Tuesday, February 26, 2013

China turns to all-boys classes as girls progress

February 26, 2013

School boys listen to their teacher at the government-run
Number Eight High School in Shanghai, on October 15, 2012.
The city's school system topped the Organisation for
Economic Co-Operation and Development's (OECD) worldwide
assessment tests of 15-year-olds in 2009
AFP - Teenage boys in a Shanghai school are on the front line of teaching reform after the world's top-scoring education system introduced male-only classes over worries they are lagging girls.

Rows of white-shirted boys are put through their paces as they are called up individually to complete a chemical formula by teacher Shen Huimin, who hopes that a switch to male-only classes will help them overcome their reticence.

"We give boys a chance to change," she said.

The Shanghai school system topped the Organisation for Economic Co-Operation and Development's (OECD) worldwide assessment tests of 15-year-olds in 2009, the most recent available, ahead of Korea, Finland, Hong Kong and Singapore.

But even so officials are concerned that some male students may be slower than their female counterparts in development and certain academic areas, such as language, and the shift towards single sex classes aims to boost boys' confidence.

A prominent Chinese educator, Sun Yunxiao, found the proportion of boys classed among the top scholars in the country's "gaokao" university entrance exams plunged from 66.2 percent to 39.7 percent between 1999 and 2008.

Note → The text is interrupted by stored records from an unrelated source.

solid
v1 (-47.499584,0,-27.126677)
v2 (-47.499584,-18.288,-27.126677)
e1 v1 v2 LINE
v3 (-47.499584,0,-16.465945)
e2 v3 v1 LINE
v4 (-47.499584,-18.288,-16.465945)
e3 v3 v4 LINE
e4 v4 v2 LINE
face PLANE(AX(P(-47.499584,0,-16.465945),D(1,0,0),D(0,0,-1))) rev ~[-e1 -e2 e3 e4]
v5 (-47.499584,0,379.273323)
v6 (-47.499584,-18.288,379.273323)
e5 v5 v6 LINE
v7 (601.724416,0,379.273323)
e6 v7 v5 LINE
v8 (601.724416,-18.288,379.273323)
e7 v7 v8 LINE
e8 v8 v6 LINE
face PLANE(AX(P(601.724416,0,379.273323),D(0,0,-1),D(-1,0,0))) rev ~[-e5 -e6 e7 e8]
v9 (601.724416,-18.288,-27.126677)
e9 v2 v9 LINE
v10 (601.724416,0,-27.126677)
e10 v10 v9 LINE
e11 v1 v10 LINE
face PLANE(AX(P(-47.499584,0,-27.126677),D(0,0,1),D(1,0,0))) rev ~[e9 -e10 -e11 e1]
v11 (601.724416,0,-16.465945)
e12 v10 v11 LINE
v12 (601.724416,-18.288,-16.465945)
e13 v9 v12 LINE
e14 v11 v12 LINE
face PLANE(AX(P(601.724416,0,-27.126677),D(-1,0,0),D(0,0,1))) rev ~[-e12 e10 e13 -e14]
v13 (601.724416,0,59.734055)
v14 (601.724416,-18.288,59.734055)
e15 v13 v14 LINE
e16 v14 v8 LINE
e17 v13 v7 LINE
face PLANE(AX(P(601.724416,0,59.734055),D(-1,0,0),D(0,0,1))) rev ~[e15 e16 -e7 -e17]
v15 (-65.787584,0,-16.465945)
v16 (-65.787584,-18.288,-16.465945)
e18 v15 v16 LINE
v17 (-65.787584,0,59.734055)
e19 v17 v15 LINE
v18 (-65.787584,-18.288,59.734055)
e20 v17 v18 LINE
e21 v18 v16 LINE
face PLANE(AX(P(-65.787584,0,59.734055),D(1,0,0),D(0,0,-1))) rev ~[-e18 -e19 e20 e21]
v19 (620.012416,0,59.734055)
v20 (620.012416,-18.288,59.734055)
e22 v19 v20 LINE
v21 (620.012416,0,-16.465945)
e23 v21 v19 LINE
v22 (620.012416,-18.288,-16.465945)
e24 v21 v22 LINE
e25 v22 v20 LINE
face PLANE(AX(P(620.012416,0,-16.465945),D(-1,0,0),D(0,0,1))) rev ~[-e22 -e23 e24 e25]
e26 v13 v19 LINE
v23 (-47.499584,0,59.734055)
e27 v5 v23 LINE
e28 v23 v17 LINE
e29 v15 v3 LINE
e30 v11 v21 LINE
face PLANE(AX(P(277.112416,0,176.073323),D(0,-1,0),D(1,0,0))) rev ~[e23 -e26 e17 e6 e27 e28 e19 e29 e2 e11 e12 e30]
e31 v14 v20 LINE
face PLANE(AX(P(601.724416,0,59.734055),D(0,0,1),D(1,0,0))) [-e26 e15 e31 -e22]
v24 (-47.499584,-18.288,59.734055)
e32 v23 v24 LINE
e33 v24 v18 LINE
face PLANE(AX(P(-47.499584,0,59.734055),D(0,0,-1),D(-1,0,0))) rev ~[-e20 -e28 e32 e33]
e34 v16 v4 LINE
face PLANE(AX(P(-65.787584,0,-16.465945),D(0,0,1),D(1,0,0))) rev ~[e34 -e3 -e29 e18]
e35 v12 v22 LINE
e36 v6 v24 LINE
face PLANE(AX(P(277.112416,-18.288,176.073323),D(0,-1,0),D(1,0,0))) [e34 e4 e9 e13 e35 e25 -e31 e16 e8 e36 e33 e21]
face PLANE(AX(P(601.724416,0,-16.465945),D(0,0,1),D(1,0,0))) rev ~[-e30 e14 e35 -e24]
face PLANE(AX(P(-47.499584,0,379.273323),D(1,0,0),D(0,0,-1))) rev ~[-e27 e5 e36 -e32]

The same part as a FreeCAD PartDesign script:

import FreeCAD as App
import Part
import Sketcher
from FreeCAD import Vector
Q = App.Units.Quantity

doc = App.newDocument("Part")
body = doc.addObject("PartDesign::Body", "Body")

sketch1 = body.newObject("Sketcher::SketchObject", "Sketch")
sketch1.AttachmentSupport = (doc.getObject("XZ_Plane"), [""])
sketch1.MapMode = "FlatFace"
sketch1.addGeometry([
    Part.LineSegment(Vector(602, 379, 0), Vector(-47, 379, 0)),
    Part.LineSegment(Vector(-47, 379, 0), Vector(-47, 60, 0)),
    Part.LineSegment(Vector(-47, 60, 0), Vector(-66, 60, 0)),
    Part.LineSegment(Vector(-66, 60, 0), Vector(-66, -16, 0)),
    Part.LineSegment(Vector(-66, -16, 0), Vector(-47, -16, 0)),
    Part.LineSegment(Vector(-47, -16, 0), Vector(-47, -27, 0)),
    Part.LineSegment(Vector(-47, -27, 0), Vector(602, -27, 0)),
    Part.LineSegment(Vector(602, -27, 0), Vector(602, -16, 0)),
    Part.LineSegment(Vector(602, -16, 0), Vector(620, -16, 0)),
    Part.LineSegment(Vector(620, -16, 0), Vector(620, 60, 0)),
    Part.LineSegment(Vector(620, 60, 0), Vector(602, 60, 0)),
    Part.LineSegment(Vector(602, 60, 0), Vector(602, 379, 0)),
], False)
sketch1.addConstraint([
    Sketcher.Constraint("Coincident", 0, 2, 1, 1),
    Sketcher.Constraint("Coincident", 1, 2, 2, 1),
    Sketcher.Constraint("Coincident", 2, 2, 3, 1),
    Sketcher.Constraint("Coincident", 3, 2, 4, 1),
    Sketcher.Constraint("Coincident", 4, 2, 5, 1),
    Sketcher.Constraint("Coincident", 5, 2, 6, 1),
    Sketcher.Constraint("Coincident", 6, 2, 7, 1),
    Sketcher.Constraint("Coincident", 7, 2, 8, 1),
    Sketcher.Constraint("Coincident", 8, 2, 9, 1),
    Sketcher.Constraint("Coincident", 9, 2, 10, 1),
    Sketcher.Constraint("Coincident", 10, 2, 11, 1),
    Sketcher.Constraint("Coincident", 11, 2, 0, 1),
    Sketcher.Constraint("Horizontal", 0),
    Sketcher.Constraint("Vertical", 1),
    Sketcher.Constraint("Horizontal", 2),
    Sketcher.Constraint("Vertical", 3),
    Sketcher.Constraint("Horizontal", 4),
    Sketcher.Constraint("Vertical", 5),
    Sketcher.Constraint("Horizontal", 6),
    Sketcher.Constraint("Vertical", 7),
    Sketcher.Constraint("Horizontal", 8),
    Sketcher.Constraint("Vertical", 9),
    Sketcher.Constraint("Horizontal", 10),
    Sketcher.Constraint("Vertical", 11),
    Sketcher.Constraint("Horizontal", 4, 2, 7, 2),
    Sketcher.Constraint("Horizontal", 2, 2, 9, 2),
    Sketcher.Constraint("Vertical", 1, 2, 4, 2),
    Sketcher.Constraint("Vertical", 7, 2, 10, 2),
    Sketcher.Constraint("Equal", 4, 8),
    Sketcher.Constraint("DistanceY", 3, 2, 3, 1, Q("3 in")),
    Sketcher.Constraint("DistanceY", 5, 2, 0, 2, Q("16 in")),
    Sketcher.Constraint("DistanceX", 0, 2, 0, 1, Q("25.56 in")),
    Sketcher.Constraint("DistanceX", 2, 2, 2, 1, Q("0.72 in")),
    Sketcher.Constraint("DistanceY", 1, 2, 1, 1, Q("319.539268 mm")),
    Sketcher.Constraint("DistanceX", 0, 2, -1, 1, Q("47.499584 mm")),
    Sketcher.Constraint("DistanceY", -1, 1, 0, 2, Q("379.273323 mm")),
])
pad1 = body.newObject("PartDesign::Pad", "Pad")
pad1.Profile = sketch1
pad1.Length = Q("0.72 in")

doc.recompute()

Across the developed world, girls do better than boys in secondary school, the OECD's Programme for International Student Assessment (PISA) found in a 2009 report on the educational performances of 15-year-olds.

"There are significant gender differences in educational outcomes," it said, adding that high school graduation rates across the OECD were 87 percent for girls but only 79 percent for boys.

In response, Shanghai's elite Number Eight High School is halfway through the initial year of an experiment, putting 60 boys into two classes of their own -- a quarter of its first-year students -- and teaching them with a special curriculum.

"This is a big breakthrough," said principal Lu Qisheng. "There's lots of hope -- hope that boys will grow up better.

"Boys when they are young do not spend enough time studying," he explained. "Boys' maturity, especially for language and showing self-control, lags behind girls."

China shut most same-sex schools after the Communist Party came to power in 1949, and the only all-boys junior high schools in the country are privately run.

Shanghai does have an all-girls state-run high school, the former McTyeire School for Girls, which marked its 120th anniversary last year and counts the three Soong sisters -- Qing-ling, Ai-ling and Mei-ling -- among its former pupils.

Between them they married two leaders and an industrialist. Qing-ling married Sun Yat-sen, the first President of the Republic of China, while Mei-ling wed Chiang Kai-shek, who would also later become president.

Student Li Zhongyang, 15, said he felt less shy about answering questions in his all-boys class, but drew hoots of laughter from his fellows by suggesting an absence of girls let them concentrate more on study.

"We lack confidence," he said. "The teachers like girls, who answer more questions in class. This programme lets us realise we are not worse than girls."

It is something of a contrast to males' traditionally dominant roles in Chinese culture, but principal Lu said the programme "doesn't have much relationship to equality in society".

The scheme was launched after China's government called for more "diversification" in educational choices within the state system.

A Peking University professor has called for an even bolder reform, suggesting in September that boys should start school one or two years later than girls.

"The Chinese education system needs to improve and allow various education methods," Wu Bihu said on his microblog.

Now Lu hopes to create China's first all-boys school one day.

"Ten or twenty years ago, there was no need for an all-boys class -- just put everyone together," he said.

In an increasingly aspirational society, he added, some families saw the new programme as having connotations of top overseas private schools, and so promising an advantage in the highly competitive gaokao.

"The parents know: England has Eton," he said.